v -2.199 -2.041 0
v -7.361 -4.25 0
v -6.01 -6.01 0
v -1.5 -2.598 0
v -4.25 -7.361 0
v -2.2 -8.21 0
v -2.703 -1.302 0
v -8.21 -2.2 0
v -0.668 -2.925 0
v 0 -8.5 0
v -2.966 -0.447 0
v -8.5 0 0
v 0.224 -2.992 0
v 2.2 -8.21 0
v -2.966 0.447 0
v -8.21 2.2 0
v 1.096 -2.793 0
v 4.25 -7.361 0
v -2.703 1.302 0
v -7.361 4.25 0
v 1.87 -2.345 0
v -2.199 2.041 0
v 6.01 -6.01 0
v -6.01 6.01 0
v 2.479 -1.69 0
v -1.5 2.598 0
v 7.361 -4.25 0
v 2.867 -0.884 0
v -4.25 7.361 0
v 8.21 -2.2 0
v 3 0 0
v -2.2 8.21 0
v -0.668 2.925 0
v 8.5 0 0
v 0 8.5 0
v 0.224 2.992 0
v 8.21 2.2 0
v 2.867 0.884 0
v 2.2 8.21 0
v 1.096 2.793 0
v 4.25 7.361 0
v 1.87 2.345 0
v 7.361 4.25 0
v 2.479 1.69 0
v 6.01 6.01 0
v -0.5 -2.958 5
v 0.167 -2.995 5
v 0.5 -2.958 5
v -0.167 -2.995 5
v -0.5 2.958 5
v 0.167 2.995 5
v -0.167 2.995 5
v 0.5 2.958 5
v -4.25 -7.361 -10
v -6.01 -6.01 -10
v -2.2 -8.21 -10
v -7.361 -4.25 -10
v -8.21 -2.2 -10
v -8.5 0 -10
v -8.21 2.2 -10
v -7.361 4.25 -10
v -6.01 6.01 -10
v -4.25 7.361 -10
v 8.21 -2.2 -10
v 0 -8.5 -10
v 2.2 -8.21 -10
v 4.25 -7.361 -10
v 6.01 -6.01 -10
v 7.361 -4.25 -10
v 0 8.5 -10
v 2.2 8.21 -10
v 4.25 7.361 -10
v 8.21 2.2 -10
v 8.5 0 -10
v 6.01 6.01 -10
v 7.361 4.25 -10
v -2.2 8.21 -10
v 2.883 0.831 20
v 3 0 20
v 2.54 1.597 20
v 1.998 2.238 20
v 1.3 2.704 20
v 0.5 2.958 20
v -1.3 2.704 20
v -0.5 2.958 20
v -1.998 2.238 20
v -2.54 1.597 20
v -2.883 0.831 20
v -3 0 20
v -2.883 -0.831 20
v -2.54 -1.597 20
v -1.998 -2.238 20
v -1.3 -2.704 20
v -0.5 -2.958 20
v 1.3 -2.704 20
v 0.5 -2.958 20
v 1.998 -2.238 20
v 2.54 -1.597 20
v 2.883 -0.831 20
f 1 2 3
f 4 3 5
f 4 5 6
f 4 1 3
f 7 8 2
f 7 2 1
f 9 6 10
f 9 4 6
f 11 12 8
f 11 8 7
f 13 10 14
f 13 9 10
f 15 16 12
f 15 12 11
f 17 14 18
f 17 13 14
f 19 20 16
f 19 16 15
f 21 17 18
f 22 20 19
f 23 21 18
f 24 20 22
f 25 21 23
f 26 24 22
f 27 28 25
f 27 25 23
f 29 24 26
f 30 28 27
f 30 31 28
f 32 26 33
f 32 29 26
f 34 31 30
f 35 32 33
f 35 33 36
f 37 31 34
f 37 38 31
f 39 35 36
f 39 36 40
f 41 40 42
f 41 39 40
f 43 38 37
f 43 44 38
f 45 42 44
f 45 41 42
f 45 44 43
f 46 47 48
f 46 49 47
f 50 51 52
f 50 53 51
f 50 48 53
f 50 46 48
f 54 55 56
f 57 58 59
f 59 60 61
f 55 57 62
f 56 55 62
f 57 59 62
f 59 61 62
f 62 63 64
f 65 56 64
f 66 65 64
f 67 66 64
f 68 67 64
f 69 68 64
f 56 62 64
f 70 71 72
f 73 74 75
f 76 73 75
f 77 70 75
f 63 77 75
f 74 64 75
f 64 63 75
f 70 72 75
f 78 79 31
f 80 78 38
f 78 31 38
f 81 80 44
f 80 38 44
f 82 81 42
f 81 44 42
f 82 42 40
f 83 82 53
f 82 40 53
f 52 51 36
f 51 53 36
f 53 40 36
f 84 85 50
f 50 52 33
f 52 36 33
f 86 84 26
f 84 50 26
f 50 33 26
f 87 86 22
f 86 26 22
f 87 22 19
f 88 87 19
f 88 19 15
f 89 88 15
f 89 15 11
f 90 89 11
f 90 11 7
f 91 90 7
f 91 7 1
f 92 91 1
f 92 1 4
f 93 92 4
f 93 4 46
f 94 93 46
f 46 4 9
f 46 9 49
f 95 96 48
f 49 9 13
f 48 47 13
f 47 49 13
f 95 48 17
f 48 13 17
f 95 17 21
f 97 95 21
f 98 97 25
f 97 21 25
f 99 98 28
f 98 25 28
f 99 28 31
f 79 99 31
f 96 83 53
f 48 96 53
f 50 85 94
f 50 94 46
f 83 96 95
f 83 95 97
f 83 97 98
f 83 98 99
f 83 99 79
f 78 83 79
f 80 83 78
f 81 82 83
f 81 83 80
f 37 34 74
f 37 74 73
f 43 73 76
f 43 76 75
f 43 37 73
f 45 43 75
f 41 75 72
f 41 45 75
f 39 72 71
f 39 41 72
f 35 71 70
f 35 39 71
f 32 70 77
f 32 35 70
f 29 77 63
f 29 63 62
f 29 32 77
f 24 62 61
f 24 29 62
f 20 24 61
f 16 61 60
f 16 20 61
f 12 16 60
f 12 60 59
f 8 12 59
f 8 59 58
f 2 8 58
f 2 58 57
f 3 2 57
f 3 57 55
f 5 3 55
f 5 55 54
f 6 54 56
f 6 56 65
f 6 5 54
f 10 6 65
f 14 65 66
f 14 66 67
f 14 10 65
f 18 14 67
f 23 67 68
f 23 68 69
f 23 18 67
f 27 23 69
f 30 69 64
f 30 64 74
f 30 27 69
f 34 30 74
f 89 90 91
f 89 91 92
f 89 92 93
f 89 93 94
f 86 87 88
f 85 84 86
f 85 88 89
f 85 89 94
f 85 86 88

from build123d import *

# Parameters (mm, degrees)
SKETCH1_R               = 3
BOSS_EXTRUDE1_DEPTH     = 20
SKETCH1_3_R             = 8.5
BOSS_EXTRUDE2_DEPTH     = 10
CUT_EXTRUDE1_DEPTH      = 0.5
CUT_EXTRUDE1_DEPTH_BACK = 0.5
SKETCH2_W               = 15
SKETCH2_H               = 6


with BuildPart() as part:
    # Sketch1 → Boss-Extrude1 (new body)
    with BuildSketch(Plane.XY):
        Circle(SKETCH1_R)
    extrude(amount=BOSS_EXTRUDE1_DEPTH)

    # Sketch1<3> → Boss-Extrude2 (add)
    with BuildSketch(Plane.XY):
        Circle(SKETCH1_3_R)
    extrude(amount=-BOSS_EXTRUDE2_DEPTH)

    # Sketch2 → Cut-Extrude1 (cut, two sides: drawn at the far end of the back side and taken through both)
    with BuildSketch(Plane(origin=(0, 0, 0), x_dir=(0, 0, -1), z_dir=(1, 0, 0)).offset(-CUT_EXTRUDE1_DEPTH_BACK)):
        with Locations((-12.5, 0)):
            Rectangle(SKETCH2_W, SKETCH2_H)
    extrude(amount=CUT_EXTRUDE1_DEPTH + CUT_EXTRUDE1_DEPTH_BACK, mode=Mode.SUBTRACT)


solid = part.part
◇ ◇ ◇ ◇
Activity:
When you answer, repeat each entry exactly as it appears above.

Expected answer:
v -2.199 -2.041 0
v -7.361 -4.25 0
v -6.01 -6.01 0
v -1.5 -2.598 0
v -4.25 -7.361 0
v -2.2 -8.21 0
v -2.703 -1.302 0
v -8.21 -2.2 0
v -0.668 -2.925 0
v 0 -8.5 0
v -2.966 -0.447 0
v -8.5 0 0
v 0.224 -2.992 0
v 2.2 -8.21 0
v -2.966 0.447 0
v -8.21 2.2 0
v 1.096 -2.793 0
v 4.25 -7.361 0
v -2.703 1.302 0
v -7.361 4.25 0
v 1.87 -2.345 0
v -2.199 2.041 0
v 6.01 -6.01 0
v -6.01 6.01 0
v 2.479 -1.69 0
v -1.5 2.598 0
v 7.361 -4.25 0
v 2.867 -0.884 0
v -4.25 7.361 0
v 8.21 -2.2 0
v 3 0 0
v -2.2 8.21 0
v -0.668 2.925 0
v 8.5 0 0
v 0 8.5 0
v 0.224 2.992 0
v 8.21 2.2 0
v 2.867 0.884 0
v 2.2 8.21 0
v 1.096 2.793 0
v 4.25 7.361 0
v 1.87 2.345 0
v 7.361 4.25 0
v 2.479 1.69 0
v 6.01 6.01 0
v -0.5 -2.958 5
v 0.167 -2.995 5
v 0.5 -2.958 5
v -0.167 -2.995 5
v -0.5 2.958 5
v 0.167 2.995 5
v -0.167 2.995 5
v 0.5 2.958 5
v -4.25 -7.361 -10
v -6.01 -6.01 -10
v -2.2 -8.21 -10
v -7.361 -4.25 -10
v -8.21 -2.2 -10
v -8.5 0 -10
v -8.21 2.2 -10
v -7.361 4.25 -10
v -6.01 6.01 -10
v -4.25 7.361 -10
v 8.21 -2.2 -10
v 0 -8.5 -10
v 2.2 -8.21 -10
v 4.25 -7.361 -10
v 6.01 -6.01 -10
v 7.361 -4.25 -10
v 0 8.5 -10
v 2.2 8.21 -10
v 4.25 7.361 -10
v 8.21 2.2 -10
v 8.5 0 -10
v 6.01 6.01 -10
v 7.361 4.25 -10
v -2.2 8.21 -10
v 2.883 0.831 20
v 3 0 20
v 2.54 1.597 20
v 1.998 2.238 20
v 1.3 2.704 20
v 0.5 2.958 20
v -1.3 2.704 20
v -0.5 2.958 20
v -1.998 2.238 20
v -2.54 1.597 20
v -2.883 0.831 20
v -3 0 20
v -2.883 -0.831 20
v -2.54 -1.597 20
v -1.998 -2.238 20
v -1.3 -2.704 20
v -0.5 -2.958 20
v 1.3 -2.704 20
v 0.5 -2.958 20
v 1.998 -2.238 20
v 2.54 -1.597 20
v 2.883 -0.831 20
f 1 2 3
f 4 3 5
f 4 5 6
f 4 1 3
f 7 8 2
f 7 2 1
f 9 6 10
f 9 4 6
f 11 12 8
f 11 8 7
f 13 10 14
f 13 9 10
f 15 16 12
f 15 12 11
f 17 14 18
f 17 13 14
f 19 20 16
f 19 16 15
f 21 17 18
f 22 20 19
f 23 21 18
f 24 20 22
f 25 21 23
f 26 24 22
f 27 28 25
f 27 25 23
f 29 24 26
f 30 28 27
f 30 31 28
f 32 26 33
f 32 29 26
f 34 31 30
f 35 32 33
f 35 33 36
f 37 31 34
f 37 38 31
f 39 35 36
f 39 36 40
f 41 40 42
f 41 39 40
f 43 38 37
f 43 44 38
f 45 42 44
f 45 41 42
f 45 44 43
f 46 47 48
f 46 49 47
f 50 51 52
f 50 53 51
f 50 48 53
f 50 46 48
f 54 55 56
f 57 58 59
f 59 60 61
f 55 57 62
f 56 55 62
f 57 59 62
f 59 61 62
f 62 63 64
f 65 56 64
f 66 65 64
f 67 66 64
f 68 67 64
f 69 68 64
f 56 62 64
f 70 71 72
f 73 74 75
f 76 73 75
f 77 70 75
f 63 77 75
f 74 64 75
f 64 63 75
f 70 72 75
f 78 79 31
f 80 78 38
f 78 31 38
f 81 80 44
f 80 38 44
f 82 81 42
f 81 44 42
f 82 42 40
f 83 82 53
f 82 40 53
f 52 51 36
f 51 53 36
f 53 40 36
f 84 85 50
f 50 52 33
f 52 36 33
f 86 84 26
f 84 50 26
f 50 33 26
f 87 86 22
f 86 26 22
f 87 22 19
f 88 87 19
f 88 19 15
f 89 88 15
f 89 15 11
f 90 89 11
f 90 11 7
f 91 90 7
f 91 7 1
f 92 91 1
f 92 1 4
f 93 92 4
f 93 4 46
f 94 93 46
f 46 4 9
f 46 9 49
f 95 96 48
f 49 9 13
f 48 47 13
f 47 49 13
f 95 48 17
f 48 13 17
f 95 17 21
f 97 95 21
f 98 97 25
f 97 21 25
f 99 98 28
f 98 25 28
f 99 28 31
f 79 99 31
f 96 83 53
f 48 96 53
f 50 85 94
f 50 94 46
f 83 96 95
f 83 95 97
f 83 97 98
f 83 98 99
f 83 99 79
f 78 83 79
f 80 83 78
f 81 82 83
f 81 83 80
f 37 34 74
f 37 74 73
f 43 73 76
f 43 76 75
f 43 37 73
f 45 43 75
f 41 75 72
f 41 45 75
f 39 72 71
f 39 41 72
f 35 71 70
f 35 39 71
f 32 70 77
f 32 35 70
f 29 77 63
f 29 63 62
f 29 32 77
f 24 62 61
f 24 29 62
f 20 24 61
f 16 61 60
f 16 20 61
f 12 16 60
f 12 60 59
f 8 12 59
f 8 59 58
f 2 8 58
f 2 58 57
f 3 2 57
f 3 57 55
f 5 3 55
f 5 55 54
f 6 54 56
f 6 56 65
f 6 5 54
f 10 6 65
f 14 65 66
f 14 66 67
f 14 10 65
f 18 14 67
f 23 67 68
f 23 68 69
f 23 18 67
f 27 23 69
f 30 69 64
f 30 64 74
f 30 27 69
f 34 30 74
f 89 90 91
f 89 91 92
f 89 92 93
f 89 93 94
f 86 87 88
f 85 84 86
f 85 88 89
f 85 89 94
f 85 86 88

from build123d import *

# Parameters (mm, degrees)
SKETCH1_R               = 3
BOSS_EXTRUDE1_DEPTH     = 20
SKETCH1_3_R             = 8.5
BOSS_EXTRUDE2_DEPTH     = 10
CUT_EXTRUDE1_DEPTH      = 0.5
CUT_EXTRUDE1_DEPTH_BACK = 0.5
SKETCH2_W               = 15
SKETCH2_H               = 6


with BuildPart() as part:
    # Sketch1 → Boss-Extrude1 (new body)
    with BuildSketch(Plane.XY):
        Circle(SKETCH1_R)
    extrude(amount=BOSS_EXTRUDE1_DEPTH)

    # Sketch1<3> → Boss-Extrude2 (add)
    with BuildSketch(Plane.XY):
        Circle(SKETCH1_3_R)
    extrude(amount=-BOSS_EXTRUDE2_DEPTH)

    # Sketch2 → Cut-Extrude1 (cut, two sides: drawn at the far end of the back side and taken through both)
    with BuildSketch(Plane(origin=(0, 0, 0), x_dir=(0, 0, -1), z_dir=(1, 0, 0)).offset(-CUT_EXTRUDE1_DEPTH_BACK)):
        with Locations((-12.5, 0)):
            Rectangle(SKETCH2_W, SKETCH2_H)
    extrude(amount=CUT_EXTRUDE1_DEPTH + CUT_EXTRUDE1_DEPTH_BACK, mode=Mode.SUBTRACT)


solid = part.part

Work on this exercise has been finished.